=== What the task asks ===
Take the lines below between the one holding "END-ISO-10303-21;" and the one holding "first, n = sketch.GeometryCount, len(points)", inclusive, and copy them exactly. Add nothing.

=== Information provided ===
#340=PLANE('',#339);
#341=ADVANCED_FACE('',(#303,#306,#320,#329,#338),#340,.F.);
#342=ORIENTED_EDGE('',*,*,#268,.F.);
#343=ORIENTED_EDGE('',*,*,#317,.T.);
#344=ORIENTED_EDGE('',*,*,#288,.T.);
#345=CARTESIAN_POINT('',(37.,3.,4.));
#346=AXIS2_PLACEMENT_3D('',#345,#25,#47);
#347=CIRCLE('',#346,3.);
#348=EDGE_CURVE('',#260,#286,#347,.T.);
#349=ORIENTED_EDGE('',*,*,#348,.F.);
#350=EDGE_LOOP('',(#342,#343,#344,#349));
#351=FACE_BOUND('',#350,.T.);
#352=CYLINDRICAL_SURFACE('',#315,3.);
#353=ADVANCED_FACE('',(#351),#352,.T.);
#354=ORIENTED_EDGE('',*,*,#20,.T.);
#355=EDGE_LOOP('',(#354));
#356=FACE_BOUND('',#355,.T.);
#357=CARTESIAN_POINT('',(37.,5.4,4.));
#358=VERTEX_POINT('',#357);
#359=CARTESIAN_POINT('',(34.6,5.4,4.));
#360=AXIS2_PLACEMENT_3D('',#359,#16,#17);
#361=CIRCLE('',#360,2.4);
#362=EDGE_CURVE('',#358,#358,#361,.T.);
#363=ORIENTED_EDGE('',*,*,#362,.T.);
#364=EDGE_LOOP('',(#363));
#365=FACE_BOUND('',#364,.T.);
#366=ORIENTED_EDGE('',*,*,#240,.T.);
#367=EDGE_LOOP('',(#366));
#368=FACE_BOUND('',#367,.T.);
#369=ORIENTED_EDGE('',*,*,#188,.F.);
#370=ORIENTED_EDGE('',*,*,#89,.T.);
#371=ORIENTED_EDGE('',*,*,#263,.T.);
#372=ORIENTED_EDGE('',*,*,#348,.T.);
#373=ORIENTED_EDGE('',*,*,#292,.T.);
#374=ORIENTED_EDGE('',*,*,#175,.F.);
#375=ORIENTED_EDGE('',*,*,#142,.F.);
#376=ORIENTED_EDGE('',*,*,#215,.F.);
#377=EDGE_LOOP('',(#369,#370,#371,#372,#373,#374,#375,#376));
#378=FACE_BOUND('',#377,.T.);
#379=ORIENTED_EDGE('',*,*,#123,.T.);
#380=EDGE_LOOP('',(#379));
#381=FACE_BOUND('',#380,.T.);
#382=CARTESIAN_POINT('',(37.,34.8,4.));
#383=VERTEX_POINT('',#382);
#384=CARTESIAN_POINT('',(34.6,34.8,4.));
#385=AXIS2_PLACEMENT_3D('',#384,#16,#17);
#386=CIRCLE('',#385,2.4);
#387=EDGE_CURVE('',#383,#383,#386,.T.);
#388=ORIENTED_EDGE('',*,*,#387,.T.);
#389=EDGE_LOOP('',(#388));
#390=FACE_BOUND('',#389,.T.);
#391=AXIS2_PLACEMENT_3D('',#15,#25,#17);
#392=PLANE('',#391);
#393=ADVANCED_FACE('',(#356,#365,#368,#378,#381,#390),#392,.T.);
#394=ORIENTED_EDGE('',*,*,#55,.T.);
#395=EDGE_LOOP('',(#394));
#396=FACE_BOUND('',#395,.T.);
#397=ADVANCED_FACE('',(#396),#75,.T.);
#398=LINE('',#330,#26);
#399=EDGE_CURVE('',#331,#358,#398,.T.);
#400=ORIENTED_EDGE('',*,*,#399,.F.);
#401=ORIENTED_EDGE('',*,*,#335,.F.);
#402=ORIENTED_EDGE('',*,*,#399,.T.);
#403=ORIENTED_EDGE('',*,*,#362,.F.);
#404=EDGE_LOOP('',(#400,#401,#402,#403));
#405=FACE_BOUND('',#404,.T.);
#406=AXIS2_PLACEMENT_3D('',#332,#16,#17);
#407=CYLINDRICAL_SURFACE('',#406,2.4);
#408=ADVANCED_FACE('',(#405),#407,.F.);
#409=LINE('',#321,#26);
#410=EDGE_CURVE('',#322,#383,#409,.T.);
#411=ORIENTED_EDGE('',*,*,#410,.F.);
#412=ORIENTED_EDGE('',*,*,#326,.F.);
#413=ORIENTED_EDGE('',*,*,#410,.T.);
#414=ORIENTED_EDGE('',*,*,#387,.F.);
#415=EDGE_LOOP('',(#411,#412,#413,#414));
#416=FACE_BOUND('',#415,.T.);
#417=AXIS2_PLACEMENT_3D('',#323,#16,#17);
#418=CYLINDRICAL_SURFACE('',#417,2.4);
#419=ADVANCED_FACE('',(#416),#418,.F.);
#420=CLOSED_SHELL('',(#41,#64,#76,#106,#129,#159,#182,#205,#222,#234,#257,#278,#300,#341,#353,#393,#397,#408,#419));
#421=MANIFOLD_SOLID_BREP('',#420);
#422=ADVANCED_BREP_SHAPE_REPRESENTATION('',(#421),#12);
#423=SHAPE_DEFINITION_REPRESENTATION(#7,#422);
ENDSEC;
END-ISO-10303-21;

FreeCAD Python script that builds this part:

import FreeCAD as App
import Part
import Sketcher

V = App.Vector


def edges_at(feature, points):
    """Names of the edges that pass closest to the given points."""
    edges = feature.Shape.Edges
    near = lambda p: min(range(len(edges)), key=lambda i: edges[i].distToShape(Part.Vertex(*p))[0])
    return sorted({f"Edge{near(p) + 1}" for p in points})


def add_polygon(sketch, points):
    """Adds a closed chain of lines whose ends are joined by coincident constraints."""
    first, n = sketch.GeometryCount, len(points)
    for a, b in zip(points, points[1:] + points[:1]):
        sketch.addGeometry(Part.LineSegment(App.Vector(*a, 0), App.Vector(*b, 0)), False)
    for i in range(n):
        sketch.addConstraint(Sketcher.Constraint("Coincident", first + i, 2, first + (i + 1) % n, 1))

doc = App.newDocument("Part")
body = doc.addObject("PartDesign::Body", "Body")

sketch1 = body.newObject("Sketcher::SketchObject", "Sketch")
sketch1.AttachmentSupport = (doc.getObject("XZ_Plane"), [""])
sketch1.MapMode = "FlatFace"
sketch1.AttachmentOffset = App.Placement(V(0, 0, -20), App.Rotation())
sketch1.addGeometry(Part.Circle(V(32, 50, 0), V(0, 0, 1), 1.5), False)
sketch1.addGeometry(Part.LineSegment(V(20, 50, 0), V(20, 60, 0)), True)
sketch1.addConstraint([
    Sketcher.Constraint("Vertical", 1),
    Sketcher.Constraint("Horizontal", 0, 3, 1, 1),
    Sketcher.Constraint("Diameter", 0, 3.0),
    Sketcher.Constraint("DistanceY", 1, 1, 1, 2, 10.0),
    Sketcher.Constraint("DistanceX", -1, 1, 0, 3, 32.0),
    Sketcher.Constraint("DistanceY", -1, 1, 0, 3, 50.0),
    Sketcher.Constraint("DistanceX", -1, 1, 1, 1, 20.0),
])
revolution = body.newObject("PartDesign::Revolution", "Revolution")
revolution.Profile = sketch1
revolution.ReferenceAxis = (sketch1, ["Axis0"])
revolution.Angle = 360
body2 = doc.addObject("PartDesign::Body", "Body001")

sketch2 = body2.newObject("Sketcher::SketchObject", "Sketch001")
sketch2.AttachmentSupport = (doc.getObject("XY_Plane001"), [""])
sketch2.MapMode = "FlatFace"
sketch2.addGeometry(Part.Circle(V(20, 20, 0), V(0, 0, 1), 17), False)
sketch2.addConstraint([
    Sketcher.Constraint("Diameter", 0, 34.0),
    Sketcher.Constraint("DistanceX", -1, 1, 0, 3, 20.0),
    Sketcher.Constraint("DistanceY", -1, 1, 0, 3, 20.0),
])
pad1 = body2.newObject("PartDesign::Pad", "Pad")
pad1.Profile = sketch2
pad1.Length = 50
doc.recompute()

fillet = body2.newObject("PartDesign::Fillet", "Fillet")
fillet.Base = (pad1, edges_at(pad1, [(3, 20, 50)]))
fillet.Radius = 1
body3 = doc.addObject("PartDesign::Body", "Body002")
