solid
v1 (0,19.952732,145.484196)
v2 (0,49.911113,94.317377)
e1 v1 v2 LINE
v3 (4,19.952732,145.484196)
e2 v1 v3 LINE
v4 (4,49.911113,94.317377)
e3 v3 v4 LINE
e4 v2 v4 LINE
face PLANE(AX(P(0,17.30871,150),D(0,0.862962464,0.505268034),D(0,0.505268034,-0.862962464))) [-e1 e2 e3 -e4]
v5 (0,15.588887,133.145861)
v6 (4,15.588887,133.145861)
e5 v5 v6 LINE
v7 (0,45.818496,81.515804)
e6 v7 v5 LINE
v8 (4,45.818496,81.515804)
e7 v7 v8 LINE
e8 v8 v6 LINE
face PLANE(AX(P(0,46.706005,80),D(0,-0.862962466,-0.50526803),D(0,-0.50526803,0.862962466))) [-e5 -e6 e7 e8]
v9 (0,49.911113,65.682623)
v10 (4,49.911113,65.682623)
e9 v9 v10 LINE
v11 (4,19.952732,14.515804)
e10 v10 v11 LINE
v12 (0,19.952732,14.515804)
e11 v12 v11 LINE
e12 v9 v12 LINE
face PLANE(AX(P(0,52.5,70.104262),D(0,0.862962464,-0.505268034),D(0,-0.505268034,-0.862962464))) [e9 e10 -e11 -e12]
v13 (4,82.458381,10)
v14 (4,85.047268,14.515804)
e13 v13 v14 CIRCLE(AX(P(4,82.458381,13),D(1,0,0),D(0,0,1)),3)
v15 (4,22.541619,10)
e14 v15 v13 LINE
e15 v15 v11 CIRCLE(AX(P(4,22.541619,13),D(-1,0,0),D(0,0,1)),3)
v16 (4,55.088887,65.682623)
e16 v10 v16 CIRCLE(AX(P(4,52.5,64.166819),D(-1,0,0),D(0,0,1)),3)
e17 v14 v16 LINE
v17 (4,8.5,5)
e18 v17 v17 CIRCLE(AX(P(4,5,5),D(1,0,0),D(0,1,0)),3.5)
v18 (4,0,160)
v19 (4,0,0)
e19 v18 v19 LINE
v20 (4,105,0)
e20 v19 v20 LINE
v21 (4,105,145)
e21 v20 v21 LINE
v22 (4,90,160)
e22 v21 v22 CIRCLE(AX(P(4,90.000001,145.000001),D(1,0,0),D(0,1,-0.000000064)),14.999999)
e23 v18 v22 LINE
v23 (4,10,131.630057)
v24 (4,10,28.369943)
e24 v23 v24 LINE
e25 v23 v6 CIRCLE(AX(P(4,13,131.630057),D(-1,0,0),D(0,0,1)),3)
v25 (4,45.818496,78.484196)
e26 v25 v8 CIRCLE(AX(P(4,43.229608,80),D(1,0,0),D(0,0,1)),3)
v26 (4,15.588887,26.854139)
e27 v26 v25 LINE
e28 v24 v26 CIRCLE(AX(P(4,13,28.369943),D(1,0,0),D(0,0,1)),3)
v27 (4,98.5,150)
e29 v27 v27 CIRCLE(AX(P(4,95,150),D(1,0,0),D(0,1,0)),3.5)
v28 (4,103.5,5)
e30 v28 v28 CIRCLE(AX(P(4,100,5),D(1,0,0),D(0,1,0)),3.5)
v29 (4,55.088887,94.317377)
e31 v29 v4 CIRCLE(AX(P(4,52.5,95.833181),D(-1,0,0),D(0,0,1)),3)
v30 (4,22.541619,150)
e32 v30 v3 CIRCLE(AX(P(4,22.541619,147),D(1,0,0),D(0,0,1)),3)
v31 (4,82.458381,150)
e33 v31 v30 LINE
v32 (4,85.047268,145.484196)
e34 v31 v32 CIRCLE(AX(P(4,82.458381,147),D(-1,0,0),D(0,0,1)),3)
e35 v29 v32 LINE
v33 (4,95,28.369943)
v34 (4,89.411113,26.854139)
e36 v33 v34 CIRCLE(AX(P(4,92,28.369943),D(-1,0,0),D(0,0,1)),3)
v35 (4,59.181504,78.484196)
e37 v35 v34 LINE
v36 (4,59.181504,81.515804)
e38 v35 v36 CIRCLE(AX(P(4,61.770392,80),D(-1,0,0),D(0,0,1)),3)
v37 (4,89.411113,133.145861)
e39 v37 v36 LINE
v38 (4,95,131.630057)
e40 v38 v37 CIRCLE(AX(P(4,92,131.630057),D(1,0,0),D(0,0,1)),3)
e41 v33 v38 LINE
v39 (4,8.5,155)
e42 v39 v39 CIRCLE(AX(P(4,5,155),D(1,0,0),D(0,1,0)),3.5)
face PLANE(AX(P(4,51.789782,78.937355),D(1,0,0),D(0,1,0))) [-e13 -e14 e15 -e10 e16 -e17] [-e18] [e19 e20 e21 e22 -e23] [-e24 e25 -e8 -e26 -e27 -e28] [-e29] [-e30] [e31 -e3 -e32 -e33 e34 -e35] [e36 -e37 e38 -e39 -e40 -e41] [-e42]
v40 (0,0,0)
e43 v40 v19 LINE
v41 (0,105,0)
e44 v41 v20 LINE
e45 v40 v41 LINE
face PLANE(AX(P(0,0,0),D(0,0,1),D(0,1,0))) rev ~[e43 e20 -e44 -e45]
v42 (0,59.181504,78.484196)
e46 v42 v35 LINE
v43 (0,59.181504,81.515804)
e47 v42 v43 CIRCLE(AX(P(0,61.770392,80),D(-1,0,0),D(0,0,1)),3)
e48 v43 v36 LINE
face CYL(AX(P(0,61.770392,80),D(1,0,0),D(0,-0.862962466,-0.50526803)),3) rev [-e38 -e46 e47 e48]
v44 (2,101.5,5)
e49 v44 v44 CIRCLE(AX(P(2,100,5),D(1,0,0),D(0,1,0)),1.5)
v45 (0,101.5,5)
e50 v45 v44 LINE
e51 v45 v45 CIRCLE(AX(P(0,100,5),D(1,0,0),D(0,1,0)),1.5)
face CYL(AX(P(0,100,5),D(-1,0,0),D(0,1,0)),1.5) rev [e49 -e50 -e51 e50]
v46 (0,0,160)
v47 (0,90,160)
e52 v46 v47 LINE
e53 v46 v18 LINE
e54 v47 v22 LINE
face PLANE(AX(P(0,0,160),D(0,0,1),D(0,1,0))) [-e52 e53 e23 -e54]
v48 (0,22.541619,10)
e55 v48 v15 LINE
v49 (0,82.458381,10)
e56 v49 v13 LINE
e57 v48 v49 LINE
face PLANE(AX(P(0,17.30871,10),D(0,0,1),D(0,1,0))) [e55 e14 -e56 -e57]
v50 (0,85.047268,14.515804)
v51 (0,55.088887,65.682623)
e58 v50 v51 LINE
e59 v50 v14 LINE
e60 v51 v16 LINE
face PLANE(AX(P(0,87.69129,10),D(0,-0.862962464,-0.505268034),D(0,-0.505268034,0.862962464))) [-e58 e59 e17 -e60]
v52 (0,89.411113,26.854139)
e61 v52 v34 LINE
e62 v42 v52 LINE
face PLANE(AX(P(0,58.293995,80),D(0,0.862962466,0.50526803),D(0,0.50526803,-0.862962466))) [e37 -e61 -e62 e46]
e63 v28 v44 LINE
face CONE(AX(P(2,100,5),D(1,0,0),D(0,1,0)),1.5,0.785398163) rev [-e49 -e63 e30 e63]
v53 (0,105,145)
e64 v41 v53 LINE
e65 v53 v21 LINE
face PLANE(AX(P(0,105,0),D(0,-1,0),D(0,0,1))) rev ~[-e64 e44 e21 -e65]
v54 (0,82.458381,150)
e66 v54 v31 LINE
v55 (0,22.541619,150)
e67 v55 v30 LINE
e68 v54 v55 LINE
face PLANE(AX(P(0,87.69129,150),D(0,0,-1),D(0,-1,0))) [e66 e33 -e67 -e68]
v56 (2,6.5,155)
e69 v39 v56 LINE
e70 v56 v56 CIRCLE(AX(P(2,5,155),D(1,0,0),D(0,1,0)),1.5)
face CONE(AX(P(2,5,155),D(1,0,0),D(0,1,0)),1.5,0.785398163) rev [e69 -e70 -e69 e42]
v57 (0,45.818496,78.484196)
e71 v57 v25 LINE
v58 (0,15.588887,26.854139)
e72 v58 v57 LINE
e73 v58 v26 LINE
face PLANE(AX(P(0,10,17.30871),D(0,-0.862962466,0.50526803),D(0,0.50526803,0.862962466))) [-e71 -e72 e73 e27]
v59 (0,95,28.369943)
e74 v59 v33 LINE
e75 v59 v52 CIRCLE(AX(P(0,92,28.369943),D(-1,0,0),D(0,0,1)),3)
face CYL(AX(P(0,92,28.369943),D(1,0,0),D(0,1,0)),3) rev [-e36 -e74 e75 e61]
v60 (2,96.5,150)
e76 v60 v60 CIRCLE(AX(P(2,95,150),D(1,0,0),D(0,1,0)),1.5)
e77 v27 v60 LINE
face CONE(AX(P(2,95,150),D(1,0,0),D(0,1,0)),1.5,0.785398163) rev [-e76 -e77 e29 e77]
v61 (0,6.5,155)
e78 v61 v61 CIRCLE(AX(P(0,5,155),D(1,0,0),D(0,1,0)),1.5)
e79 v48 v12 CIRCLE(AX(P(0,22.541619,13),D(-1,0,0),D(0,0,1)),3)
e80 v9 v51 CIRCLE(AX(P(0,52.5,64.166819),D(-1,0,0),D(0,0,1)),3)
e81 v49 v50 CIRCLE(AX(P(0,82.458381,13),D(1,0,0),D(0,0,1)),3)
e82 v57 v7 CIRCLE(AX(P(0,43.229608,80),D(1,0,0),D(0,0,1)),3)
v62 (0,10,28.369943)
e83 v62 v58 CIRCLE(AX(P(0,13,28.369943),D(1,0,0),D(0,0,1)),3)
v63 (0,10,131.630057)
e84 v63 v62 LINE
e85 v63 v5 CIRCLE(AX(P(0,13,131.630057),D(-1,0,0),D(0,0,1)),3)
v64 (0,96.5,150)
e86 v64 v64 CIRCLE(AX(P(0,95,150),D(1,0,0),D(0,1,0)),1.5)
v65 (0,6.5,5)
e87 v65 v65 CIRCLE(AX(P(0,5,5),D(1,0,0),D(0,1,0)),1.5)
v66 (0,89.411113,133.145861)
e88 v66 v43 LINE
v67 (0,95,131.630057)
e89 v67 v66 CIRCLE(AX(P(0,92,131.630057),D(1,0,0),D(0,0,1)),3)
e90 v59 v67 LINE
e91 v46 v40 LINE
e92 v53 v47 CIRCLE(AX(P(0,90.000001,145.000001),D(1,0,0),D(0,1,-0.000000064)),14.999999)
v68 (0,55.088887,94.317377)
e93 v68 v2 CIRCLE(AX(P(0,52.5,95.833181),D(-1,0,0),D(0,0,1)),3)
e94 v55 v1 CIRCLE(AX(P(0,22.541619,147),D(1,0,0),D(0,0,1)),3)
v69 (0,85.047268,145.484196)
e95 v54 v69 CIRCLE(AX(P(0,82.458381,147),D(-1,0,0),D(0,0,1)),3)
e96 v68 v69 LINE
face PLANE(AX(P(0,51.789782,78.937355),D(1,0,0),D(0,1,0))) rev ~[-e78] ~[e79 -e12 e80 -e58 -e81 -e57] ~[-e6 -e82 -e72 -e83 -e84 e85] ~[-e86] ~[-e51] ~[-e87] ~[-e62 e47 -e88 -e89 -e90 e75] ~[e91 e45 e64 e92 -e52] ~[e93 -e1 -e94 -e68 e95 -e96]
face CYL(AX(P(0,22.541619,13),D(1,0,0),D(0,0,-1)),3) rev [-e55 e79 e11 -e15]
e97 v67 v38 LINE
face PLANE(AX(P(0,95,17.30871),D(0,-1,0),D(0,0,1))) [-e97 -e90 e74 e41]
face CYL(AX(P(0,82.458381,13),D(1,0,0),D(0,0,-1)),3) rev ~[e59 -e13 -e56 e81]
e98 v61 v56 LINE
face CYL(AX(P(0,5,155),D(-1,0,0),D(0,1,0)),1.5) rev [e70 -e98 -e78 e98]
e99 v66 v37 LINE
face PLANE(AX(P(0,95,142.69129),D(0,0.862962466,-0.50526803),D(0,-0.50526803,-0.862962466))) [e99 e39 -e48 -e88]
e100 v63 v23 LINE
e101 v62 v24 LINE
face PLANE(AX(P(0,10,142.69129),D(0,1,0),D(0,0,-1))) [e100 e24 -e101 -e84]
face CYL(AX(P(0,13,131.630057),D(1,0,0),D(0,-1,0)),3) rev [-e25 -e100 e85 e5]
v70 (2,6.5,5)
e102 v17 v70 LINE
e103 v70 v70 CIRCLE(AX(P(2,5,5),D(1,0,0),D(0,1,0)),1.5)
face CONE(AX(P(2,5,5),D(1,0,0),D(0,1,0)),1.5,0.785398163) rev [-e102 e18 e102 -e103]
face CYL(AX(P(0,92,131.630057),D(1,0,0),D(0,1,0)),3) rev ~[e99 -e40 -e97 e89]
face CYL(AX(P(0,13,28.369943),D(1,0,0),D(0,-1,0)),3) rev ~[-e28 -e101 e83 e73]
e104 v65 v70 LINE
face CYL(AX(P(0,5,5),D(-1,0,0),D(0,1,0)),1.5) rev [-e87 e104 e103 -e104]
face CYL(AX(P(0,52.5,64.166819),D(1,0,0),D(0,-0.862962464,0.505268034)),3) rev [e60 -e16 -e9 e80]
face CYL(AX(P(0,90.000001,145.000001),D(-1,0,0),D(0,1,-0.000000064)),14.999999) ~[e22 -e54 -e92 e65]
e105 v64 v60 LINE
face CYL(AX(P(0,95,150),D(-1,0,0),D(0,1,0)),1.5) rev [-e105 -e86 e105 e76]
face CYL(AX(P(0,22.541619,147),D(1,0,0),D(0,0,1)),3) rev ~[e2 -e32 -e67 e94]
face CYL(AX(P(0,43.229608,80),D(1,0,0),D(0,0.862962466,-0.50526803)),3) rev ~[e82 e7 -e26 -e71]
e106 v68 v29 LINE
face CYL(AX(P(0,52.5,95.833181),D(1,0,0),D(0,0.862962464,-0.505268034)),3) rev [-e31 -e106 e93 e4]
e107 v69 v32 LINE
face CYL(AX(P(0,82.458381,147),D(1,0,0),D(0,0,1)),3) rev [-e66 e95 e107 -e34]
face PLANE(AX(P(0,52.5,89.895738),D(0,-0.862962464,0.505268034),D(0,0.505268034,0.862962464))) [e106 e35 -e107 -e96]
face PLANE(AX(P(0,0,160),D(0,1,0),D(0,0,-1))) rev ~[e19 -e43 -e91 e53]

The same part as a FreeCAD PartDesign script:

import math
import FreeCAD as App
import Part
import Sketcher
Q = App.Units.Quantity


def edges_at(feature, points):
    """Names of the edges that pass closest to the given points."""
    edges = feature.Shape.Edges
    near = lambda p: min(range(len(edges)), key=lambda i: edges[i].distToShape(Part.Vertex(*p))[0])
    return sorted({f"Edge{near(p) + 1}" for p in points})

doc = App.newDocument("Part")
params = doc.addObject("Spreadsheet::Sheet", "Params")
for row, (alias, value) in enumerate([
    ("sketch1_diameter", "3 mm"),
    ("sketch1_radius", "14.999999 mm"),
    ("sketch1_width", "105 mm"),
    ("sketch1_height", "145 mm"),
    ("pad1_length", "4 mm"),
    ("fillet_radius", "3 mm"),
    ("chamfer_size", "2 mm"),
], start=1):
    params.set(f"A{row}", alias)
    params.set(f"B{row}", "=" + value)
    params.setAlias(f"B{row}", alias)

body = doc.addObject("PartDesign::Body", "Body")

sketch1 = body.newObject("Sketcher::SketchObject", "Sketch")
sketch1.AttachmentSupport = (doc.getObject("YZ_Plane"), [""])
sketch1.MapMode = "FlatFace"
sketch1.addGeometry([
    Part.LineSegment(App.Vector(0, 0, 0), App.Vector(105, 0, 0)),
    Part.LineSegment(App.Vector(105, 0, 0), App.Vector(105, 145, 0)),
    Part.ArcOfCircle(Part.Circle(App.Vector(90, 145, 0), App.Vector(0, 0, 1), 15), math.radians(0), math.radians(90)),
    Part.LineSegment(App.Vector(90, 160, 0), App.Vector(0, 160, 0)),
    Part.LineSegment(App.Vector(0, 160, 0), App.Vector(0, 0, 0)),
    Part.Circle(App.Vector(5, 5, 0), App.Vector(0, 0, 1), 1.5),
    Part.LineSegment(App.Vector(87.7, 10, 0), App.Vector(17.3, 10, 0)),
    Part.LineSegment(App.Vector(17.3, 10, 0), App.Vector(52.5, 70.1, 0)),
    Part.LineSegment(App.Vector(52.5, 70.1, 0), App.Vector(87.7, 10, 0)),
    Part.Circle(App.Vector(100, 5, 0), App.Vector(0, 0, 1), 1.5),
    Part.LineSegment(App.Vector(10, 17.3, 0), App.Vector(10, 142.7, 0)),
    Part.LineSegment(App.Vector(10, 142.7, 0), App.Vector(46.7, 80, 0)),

=== Answer for this exercise ===
END-ISO-10303-21;

FreeCAD Python script that builds this part:

import FreeCAD as App
import Part
import Sketcher

V = App.Vector


def edges_at(feature, points):
    """Names of the edges that pass closest to the given points."""
    edges = feature.Shape.Edges
    near = lambda p: min(range(len(edges)), key=lambda i: edges[i].distToShape(Part.Vertex(*p))[0])
    return sorted({f"Edge{near(p) + 1}" for p in points})


def add_polygon(sketch, points):
    """Adds a closed chain of lines whose ends are joined by coincident constraints."""
    first, n = sketch.GeometryCount, len(points)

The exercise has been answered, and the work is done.